# Sheepshead Spawn Continues



## Impulse Fishing (Apr 19, 2013)

Friday and Saturday was a 2 day trip with guys from Crestview, Florida. Justin Welch, his dad Robert, uncle David, and brother in law Scott. It was a rough start to the day on the search for speckled trout. We made a thorough hunt around Timbalier Island circling the island through and through with not a bite to be found. After I decided it wasn't meant to be we headed south to where the sheepshead are spawning and they were piled up around the rigs. The first rig we came to we boated 30 heads and the guys wanted to keep catching. The next rig was loaded with them and we had 4 at a time coming in until every empty box in the Blue Wave was full. My counter showed 92. The next day the guys wanted to hunt for bull reds. I searched the coast far and wide at the usual haunts where they are supposed to be this time of year but they haven't shown up yet. At the last stop we got 4 bites and landed 2 then took off for slot reds.

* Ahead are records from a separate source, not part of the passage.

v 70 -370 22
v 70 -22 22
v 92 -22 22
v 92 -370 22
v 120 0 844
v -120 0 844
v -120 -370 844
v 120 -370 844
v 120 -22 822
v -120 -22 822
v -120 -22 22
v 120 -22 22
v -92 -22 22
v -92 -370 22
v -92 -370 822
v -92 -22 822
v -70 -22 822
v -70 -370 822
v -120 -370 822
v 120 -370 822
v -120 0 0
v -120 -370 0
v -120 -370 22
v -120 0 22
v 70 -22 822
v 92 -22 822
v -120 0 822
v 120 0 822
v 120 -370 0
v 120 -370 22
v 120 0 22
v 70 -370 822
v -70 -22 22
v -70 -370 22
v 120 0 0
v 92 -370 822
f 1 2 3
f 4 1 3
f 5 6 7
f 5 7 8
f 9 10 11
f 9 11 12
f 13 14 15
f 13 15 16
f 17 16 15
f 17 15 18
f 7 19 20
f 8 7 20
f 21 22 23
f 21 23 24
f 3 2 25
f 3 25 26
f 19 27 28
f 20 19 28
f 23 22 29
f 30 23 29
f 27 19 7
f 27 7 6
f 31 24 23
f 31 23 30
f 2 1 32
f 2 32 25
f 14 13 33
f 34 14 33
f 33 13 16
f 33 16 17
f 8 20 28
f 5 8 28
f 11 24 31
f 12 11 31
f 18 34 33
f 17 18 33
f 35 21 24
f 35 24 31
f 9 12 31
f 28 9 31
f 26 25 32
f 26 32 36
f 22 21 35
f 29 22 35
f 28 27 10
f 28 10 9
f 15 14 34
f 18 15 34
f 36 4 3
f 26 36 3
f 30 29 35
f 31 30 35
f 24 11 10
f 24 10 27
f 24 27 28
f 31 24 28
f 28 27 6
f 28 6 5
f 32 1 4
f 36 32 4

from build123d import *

# Parameters (mm, degrees)
SKIZZE1_W                         = 240
SKIZZE1_H                         = 370
AUFSATZ_LINEAR_AUSTRAGEN1_DEPTH   = 22
SKIZZE2_W                         = 22
SKIZZE2_H                         = 348
AUFSATZ_LINEAR_AUSTRAGEN2_DEPTH   = 800
AUFSATZ_LINEAR_AUSTRAGEN2_2_DEPTH = 800
SKIZZE3_W                         = 240
SKIZZE3_H                         = 22
AUFSATZ_LINEAR_AUSTRAGEN3_DEPTH   = 800
SKIZZE4_W                         = 240
SKIZZE4_H                         = 370
AUFSATZ_LINEAR_AUSTRAGEN4_DEPTH   = 22


with BuildPart() as part:
    # Skizze1 → Aufsatz-Linear austragen1 (new body)
    with BuildSketch(Plane.XY):
        with Locations((0, -185)):
            Rectangle(SKIZZE1_W, SKIZZE1_H)
    extrude(amount=AUFSATZ_LINEAR_AUSTRAGEN1_DEPTH)


with BuildPart() as body_2:
    # Skizze2 → Aufsatz-Linear austragen2 (new body)
    with BuildSketch(Plane.XY.offset(22)):
        with Locations((81, -196)):
            Rectangle(SKIZZE2_W, SKIZZE2_H)
    extrude(amount=AUFSATZ_LINEAR_AUSTRAGEN2_DEPTH)


with BuildPart() as body_3:
    # Skizze2 → Aufsatz-Linear austragen2 2 (new body)
    with BuildSketch(Plane.XY.offset(22)):
        with Locations((-81, -196)):
            Rectangle(SKIZZE2_W, SKIZZE2_H)
    extrude(amount=AUFSATZ_LINEAR_AUSTRAGEN2_2_DEPTH)


with BuildPart() as body_4:
    # Skizze3 → Aufsatz-Linear austragen3 (new body)
    with BuildSketch(Plane.XY.offset(22)):
        with Locations((0, -11)):
            Rectangle(SKIZZE3_W, SKIZZE3_H)
    extrude(amount=AUFSATZ_LINEAR_AUSTRAGEN3_DEPTH)


with BuildPart() as body_5:
    # Skizze4 → Aufsatz-Linear austragen4 (new body)
    with BuildSketch(Plane.XY.offset(822)):
        with Locations((0, -185)):
            Rectangle(SKIZZE4_W, SKIZZE4_H)
    extrude(amount=AUFSATZ_LINEAR_AUSTRAGEN4_DEPTH)


solid = Compound([part.part, body_2.part, body_3.part, body_4.part, body_5.part])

The wind was blowing hard from the south and made it nearly impossible to fish the good spots but we gave it enough effort to find 2 lonely slots. Today we have a cold front coming through that certainly won't help the fishing early this week but hopefully its the last and we can get into a consistent spring time weather pattern.

Capt. Rob Dupont
225-776-9820
www.impulsefishingcharters.com


----------



## Calmday (Jul 7, 2005)

I was wandering how you could keep so many sheepies but then I saw that you were fishing out of Louisiana. Nice meat haul.


----------